Edna St Vincent Millay's sonnet "Euclid alone has looked on beauty bare" evokes the ethereal, otherworldly quality of mathematics. Scandalous behaviour is not usually associated with the discipline, but mathematicians are human: pride, overblown ego and thirst for fame have led to skulduggery, plagiarism and even murder. Some of the more egregious scandals are reviewed here.
Cover-ups usually involve politicians but are not exclusive to them. One of the most notorious examples in mathematics involved the murder of Hippasus of Mesapontum. The Pythagoreans, a mysterious and secretive group, believed that mathematics was the key to the universe, as reflected in their motto “All is Number”.
Then Hippasus stumbled upon an amazing fact: the diagonal of a square with unit side cannot be expressed as a ratio of whole numbers. This shattering discovery fatally undermined their philosophy and the Pythagoreans tried to suppress it. According to legend, when Hippasus let the cat out of the bag they threw him overboard from a ship, drowning him.
Equations of the first and second order could be solved by the Babylonians. In 1539, Niccoló Tartaglia discovered a way of solving third order, or cubic, equations. Such knowledge was precious and could determine entire careers. Girolamo Cardano, anxious for the secret, cajoled and flattered Tartaglia, begging him to reveal his method and swearing a sacred oath not to divulge it.

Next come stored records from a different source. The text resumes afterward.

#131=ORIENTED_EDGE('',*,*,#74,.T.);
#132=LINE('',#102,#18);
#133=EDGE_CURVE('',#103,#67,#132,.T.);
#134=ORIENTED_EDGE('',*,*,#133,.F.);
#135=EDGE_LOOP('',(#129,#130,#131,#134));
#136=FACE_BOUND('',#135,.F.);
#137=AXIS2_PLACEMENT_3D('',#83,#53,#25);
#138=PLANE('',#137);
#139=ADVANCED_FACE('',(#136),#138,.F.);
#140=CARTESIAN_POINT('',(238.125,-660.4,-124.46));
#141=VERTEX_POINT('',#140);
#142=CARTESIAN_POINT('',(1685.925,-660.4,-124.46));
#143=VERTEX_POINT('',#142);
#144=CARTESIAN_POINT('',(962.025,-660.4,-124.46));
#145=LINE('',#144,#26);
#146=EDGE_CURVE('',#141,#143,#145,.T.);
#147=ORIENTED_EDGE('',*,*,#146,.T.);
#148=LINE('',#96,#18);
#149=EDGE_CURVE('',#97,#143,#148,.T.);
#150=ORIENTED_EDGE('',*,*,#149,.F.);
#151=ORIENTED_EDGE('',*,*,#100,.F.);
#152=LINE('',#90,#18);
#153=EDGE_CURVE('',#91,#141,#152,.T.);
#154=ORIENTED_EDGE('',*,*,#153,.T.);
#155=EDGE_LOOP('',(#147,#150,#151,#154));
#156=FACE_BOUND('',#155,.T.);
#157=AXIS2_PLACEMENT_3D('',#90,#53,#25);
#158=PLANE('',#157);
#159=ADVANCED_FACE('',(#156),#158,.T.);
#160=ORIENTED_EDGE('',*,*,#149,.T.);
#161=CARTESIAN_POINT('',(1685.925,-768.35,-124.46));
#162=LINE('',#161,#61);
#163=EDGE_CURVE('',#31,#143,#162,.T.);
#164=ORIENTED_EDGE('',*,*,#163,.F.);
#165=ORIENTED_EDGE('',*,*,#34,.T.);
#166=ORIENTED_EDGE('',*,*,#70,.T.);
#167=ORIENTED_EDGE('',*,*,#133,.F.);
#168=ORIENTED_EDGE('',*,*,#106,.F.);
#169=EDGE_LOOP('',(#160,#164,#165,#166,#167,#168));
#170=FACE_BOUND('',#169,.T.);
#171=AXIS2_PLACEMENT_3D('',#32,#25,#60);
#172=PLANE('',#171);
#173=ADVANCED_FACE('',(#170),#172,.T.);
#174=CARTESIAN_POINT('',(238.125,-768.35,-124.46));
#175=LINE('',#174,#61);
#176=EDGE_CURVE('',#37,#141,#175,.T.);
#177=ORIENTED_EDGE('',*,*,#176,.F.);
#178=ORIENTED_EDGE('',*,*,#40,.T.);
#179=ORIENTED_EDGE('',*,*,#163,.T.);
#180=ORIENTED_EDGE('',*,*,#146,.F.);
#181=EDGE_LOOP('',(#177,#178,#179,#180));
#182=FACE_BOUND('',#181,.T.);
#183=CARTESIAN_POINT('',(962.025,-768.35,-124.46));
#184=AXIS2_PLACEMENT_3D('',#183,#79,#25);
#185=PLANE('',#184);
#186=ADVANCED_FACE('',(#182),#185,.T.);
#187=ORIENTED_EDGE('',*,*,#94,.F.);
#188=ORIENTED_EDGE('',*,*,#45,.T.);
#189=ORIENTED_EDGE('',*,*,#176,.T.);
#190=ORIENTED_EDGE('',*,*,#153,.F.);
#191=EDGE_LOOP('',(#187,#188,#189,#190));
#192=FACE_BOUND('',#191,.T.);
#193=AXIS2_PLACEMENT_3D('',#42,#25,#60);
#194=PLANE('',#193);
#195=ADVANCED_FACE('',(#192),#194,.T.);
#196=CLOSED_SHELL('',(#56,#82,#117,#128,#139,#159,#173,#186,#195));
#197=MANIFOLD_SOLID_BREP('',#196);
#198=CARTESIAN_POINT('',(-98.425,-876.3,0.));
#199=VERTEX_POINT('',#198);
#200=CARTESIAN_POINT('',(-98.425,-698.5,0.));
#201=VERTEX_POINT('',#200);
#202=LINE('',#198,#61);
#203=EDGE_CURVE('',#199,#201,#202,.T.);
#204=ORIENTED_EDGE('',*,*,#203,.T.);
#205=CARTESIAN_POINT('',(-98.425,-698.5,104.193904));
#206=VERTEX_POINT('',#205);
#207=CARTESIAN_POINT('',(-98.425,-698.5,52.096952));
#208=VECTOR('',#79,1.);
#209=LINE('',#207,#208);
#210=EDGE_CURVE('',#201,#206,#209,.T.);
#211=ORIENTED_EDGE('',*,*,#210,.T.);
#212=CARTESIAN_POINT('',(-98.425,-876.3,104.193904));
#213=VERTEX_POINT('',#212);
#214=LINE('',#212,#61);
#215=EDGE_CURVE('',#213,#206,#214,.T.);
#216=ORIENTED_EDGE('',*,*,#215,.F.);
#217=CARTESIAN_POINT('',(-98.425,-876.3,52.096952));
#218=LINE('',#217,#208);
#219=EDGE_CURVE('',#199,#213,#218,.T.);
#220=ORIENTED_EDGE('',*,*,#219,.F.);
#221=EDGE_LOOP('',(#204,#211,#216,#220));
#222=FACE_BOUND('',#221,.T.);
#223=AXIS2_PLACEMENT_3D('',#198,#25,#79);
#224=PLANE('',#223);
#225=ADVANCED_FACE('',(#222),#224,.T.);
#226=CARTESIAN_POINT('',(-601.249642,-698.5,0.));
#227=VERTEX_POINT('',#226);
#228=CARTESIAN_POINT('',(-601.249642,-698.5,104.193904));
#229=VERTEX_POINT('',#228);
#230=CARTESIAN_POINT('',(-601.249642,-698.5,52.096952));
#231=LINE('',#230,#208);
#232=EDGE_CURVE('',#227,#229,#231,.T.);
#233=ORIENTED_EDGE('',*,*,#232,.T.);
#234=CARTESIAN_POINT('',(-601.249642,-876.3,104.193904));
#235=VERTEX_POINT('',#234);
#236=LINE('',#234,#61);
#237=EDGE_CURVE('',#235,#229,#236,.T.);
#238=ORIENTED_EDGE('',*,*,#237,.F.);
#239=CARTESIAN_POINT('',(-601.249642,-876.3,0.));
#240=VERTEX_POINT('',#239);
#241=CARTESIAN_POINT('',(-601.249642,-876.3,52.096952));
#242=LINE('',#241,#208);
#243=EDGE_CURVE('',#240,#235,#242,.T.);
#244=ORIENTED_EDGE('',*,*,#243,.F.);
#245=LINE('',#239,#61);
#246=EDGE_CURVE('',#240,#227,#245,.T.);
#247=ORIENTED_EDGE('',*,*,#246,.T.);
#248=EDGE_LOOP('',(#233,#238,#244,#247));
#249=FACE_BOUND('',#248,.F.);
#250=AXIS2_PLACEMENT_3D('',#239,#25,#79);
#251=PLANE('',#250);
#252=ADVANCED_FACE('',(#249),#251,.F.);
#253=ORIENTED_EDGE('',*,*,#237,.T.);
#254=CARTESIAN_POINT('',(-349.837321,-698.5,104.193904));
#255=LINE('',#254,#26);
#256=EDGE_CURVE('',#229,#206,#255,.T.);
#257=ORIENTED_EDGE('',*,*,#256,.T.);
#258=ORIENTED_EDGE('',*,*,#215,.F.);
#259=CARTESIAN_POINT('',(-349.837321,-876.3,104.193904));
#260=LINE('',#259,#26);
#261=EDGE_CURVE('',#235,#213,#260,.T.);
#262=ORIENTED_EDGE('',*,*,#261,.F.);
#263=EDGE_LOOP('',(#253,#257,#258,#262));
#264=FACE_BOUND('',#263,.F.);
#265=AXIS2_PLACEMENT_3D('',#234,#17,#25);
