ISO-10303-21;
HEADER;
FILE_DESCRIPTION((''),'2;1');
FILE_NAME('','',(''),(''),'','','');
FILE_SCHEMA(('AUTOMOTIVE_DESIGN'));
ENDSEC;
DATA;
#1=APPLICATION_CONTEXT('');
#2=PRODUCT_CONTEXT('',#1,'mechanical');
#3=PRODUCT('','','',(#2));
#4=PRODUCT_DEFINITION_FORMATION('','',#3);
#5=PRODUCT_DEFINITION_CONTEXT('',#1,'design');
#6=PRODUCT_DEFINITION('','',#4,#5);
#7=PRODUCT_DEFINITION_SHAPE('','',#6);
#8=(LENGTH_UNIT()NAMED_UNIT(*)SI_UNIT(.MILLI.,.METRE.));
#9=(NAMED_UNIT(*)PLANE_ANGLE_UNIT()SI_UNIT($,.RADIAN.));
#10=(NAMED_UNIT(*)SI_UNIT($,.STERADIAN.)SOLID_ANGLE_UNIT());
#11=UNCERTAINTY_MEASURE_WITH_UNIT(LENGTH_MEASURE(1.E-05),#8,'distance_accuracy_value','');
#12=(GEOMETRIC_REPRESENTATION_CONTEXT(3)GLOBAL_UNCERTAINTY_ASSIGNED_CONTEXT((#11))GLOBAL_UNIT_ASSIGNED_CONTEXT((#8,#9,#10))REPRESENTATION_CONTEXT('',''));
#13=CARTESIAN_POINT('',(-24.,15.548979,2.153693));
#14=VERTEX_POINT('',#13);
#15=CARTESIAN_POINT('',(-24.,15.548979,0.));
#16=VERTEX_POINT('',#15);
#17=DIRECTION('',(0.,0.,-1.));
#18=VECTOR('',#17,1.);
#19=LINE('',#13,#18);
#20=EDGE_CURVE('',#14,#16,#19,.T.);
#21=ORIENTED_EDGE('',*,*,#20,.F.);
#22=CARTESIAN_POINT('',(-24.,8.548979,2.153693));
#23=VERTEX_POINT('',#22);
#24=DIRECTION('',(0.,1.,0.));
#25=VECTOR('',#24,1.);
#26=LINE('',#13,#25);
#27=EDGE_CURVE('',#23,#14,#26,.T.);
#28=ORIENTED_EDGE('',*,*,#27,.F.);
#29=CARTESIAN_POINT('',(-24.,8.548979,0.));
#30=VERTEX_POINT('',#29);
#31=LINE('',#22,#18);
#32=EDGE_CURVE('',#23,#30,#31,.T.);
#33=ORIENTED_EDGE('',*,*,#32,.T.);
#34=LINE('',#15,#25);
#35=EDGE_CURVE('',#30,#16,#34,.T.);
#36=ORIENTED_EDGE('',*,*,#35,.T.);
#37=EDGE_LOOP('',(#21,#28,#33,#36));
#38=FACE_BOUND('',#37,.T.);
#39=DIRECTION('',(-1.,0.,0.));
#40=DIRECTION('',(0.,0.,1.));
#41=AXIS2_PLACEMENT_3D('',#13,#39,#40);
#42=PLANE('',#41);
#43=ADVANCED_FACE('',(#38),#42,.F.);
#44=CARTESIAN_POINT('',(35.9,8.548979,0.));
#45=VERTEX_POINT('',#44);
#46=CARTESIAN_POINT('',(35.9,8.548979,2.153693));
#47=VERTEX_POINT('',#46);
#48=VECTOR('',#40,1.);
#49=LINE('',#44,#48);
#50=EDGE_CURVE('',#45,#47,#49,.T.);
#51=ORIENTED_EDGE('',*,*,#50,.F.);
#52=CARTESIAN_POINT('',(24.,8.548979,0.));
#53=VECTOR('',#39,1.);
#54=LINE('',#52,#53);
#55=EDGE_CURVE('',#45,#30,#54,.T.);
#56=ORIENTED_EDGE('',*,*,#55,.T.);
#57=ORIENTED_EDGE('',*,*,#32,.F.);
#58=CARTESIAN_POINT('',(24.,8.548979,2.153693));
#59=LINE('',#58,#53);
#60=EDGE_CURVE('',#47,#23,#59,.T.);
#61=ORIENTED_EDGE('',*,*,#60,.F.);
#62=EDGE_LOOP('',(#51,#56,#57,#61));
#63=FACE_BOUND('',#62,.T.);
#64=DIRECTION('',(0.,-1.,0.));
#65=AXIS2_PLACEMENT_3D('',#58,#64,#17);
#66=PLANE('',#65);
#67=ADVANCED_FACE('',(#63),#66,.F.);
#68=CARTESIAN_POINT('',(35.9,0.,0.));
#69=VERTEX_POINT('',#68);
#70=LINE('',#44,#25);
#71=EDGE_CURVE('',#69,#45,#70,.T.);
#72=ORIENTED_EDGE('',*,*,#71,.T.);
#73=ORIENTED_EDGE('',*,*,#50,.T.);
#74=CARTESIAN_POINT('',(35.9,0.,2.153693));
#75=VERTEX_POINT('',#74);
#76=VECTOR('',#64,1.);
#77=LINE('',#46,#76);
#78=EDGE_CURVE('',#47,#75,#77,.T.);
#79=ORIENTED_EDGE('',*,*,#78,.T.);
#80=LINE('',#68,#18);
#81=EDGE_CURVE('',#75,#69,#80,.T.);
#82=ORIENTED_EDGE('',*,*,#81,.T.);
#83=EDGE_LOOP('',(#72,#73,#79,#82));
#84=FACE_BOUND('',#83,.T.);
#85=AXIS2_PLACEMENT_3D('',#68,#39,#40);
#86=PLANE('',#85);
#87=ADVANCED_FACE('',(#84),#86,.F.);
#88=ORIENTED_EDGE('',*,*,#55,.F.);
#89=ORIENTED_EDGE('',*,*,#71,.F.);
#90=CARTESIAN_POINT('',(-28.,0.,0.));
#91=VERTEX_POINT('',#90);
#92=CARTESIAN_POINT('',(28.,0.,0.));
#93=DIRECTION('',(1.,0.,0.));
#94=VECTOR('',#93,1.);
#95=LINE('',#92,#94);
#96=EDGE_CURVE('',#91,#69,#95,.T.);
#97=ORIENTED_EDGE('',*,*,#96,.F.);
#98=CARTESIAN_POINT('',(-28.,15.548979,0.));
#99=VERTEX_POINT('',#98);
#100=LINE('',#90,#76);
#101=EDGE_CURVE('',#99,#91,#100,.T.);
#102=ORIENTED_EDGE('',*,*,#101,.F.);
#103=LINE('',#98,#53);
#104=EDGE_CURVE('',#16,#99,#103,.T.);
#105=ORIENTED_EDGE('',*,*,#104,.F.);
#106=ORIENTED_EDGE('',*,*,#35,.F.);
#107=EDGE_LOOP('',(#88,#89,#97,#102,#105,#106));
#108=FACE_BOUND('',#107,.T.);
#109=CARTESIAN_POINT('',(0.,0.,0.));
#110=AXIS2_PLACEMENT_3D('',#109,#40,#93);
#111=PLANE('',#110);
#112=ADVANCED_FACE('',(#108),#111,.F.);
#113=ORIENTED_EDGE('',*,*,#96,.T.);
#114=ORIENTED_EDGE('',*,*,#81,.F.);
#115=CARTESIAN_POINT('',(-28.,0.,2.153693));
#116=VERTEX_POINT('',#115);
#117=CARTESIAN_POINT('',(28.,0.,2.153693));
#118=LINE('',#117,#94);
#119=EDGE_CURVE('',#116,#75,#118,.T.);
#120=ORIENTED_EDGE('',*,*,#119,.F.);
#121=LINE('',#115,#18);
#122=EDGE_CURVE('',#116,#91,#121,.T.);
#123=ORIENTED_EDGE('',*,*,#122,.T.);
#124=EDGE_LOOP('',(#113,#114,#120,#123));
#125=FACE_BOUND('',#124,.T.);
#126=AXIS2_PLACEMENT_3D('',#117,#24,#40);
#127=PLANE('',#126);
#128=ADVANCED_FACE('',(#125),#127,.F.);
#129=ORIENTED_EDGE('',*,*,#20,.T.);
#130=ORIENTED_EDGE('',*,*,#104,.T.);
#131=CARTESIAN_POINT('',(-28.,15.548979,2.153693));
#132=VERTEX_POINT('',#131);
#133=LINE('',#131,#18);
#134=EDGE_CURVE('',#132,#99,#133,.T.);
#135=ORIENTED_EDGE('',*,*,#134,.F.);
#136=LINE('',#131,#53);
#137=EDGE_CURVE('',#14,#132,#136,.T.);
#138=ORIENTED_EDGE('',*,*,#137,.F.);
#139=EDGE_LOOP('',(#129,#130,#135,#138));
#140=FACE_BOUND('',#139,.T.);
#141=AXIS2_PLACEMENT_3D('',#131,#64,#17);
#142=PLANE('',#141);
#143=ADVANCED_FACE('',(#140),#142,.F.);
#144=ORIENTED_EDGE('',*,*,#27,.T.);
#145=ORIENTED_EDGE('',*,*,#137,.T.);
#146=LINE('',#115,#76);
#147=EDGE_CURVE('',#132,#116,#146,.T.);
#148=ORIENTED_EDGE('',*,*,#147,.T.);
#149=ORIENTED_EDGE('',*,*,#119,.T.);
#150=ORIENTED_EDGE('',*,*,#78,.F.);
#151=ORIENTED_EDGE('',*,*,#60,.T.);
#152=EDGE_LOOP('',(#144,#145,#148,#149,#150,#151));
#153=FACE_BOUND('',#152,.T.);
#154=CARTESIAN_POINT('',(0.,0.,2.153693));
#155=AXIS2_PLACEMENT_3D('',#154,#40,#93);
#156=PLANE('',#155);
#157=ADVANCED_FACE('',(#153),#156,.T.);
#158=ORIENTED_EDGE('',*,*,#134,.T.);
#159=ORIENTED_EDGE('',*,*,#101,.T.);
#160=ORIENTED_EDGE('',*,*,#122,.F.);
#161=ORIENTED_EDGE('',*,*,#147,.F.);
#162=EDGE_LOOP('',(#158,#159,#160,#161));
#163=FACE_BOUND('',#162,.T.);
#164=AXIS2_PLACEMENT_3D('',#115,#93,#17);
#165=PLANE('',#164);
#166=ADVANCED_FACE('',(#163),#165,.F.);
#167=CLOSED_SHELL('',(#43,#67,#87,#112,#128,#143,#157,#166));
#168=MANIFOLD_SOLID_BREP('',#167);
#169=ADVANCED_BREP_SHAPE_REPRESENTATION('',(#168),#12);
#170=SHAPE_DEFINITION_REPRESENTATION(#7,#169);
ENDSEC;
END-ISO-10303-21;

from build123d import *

# Parameters (mm, degrees)
BOSS_EXTRUDE1_DEPTH = 2.1536931
CUT_EXTRUDE1_REACH  = 56.318
SKETCH3_W           = 2.1536931
SKETCH3_H           = 7
SKETCH4_W           = 2.1536931
SKETCH4_H           = 8.5489795
BOSS_EXTRUDE2_DEPTH = 7.9


with BuildPart() as part:
    # Sketch1 → Boss-Extrude1 (new body)
    with BuildSketch(Plane.XY):
        Polygon((28, 0), (-28, 0), (-28, 15.5489795), (-24, 15.5489795), (-24, 8.5489795), (24, 8.5489795), (24, 15.5489795), (28, 15.5489795), align=None)
    extrude(amount=BOSS_EXTRUDE1_DEPTH)

    # Sketch3 → Cut-Extrude1 (cut, up to next)
    with BuildSketch(Plane.ZY.offset(-24), mode=Mode.PRIVATE) as cut_extrude1_sk1:
        with Locations((1.07684655, 12.0489795)):
            Rectangle(SKETCH3_W, SKETCH3_H)
    cut_extrude1_tool1 = extrude(cut_extrude1_sk1.sketch, amount=-CUT_EXTRUDE1_REACH, mode=Mode.PRIVATE) & part.part
    add(cut_extrude1_tool1.solids().sort_by_distance((24, 12.048979, 1.076847))[0], mode=Mode.SUBTRACT)

    # Sketch4 → Boss-Extrude2 (add)
    with BuildSketch(Plane(origin=(28, 0, 0), x_dir=(0, 0, -1), z_dir=(1, 0, 0))):
        with Locations((-1.07684655, 4.27448975)):
            Rectangle(SKETCH4_W, SKETCH4_H)
    extrude(amount=BOSS_EXTRUDE2_DEPTH)


solid = part.part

In 1543, finding a similar solution in writings of Scipione del Ferro that predated Tartaglia's discovery, Cardano felt free to reveal the method in his "Ars Magna". Tartaglia was furious at this betrayal and denounced Cardano as a scoundrel. There is no record of any reconciliation between the two men.
Sad to say, plagiarism abounds in the sciences as well as the arts. The Marquis de l'Hospital (1661-1704), a wealthy nobleman and gifted amateur, yearned for fame as a creative mathematician. He was tutored by the genius Johann Bernoulli, who introduced him to the intricate new ideas of calculus.
The marquis persuaded Johann to sign an agreement handing over first rights to all his mathematical discoveries. Johann had just married and needed financial support. But then l’Hospital published a book on mathematical analysis, presenting as his own many results discovered by Bernoulli. In particular, the book contained a theorem about evaluating expressions of the form 0/0 which, to this day, is called l’Hospital’s Rule.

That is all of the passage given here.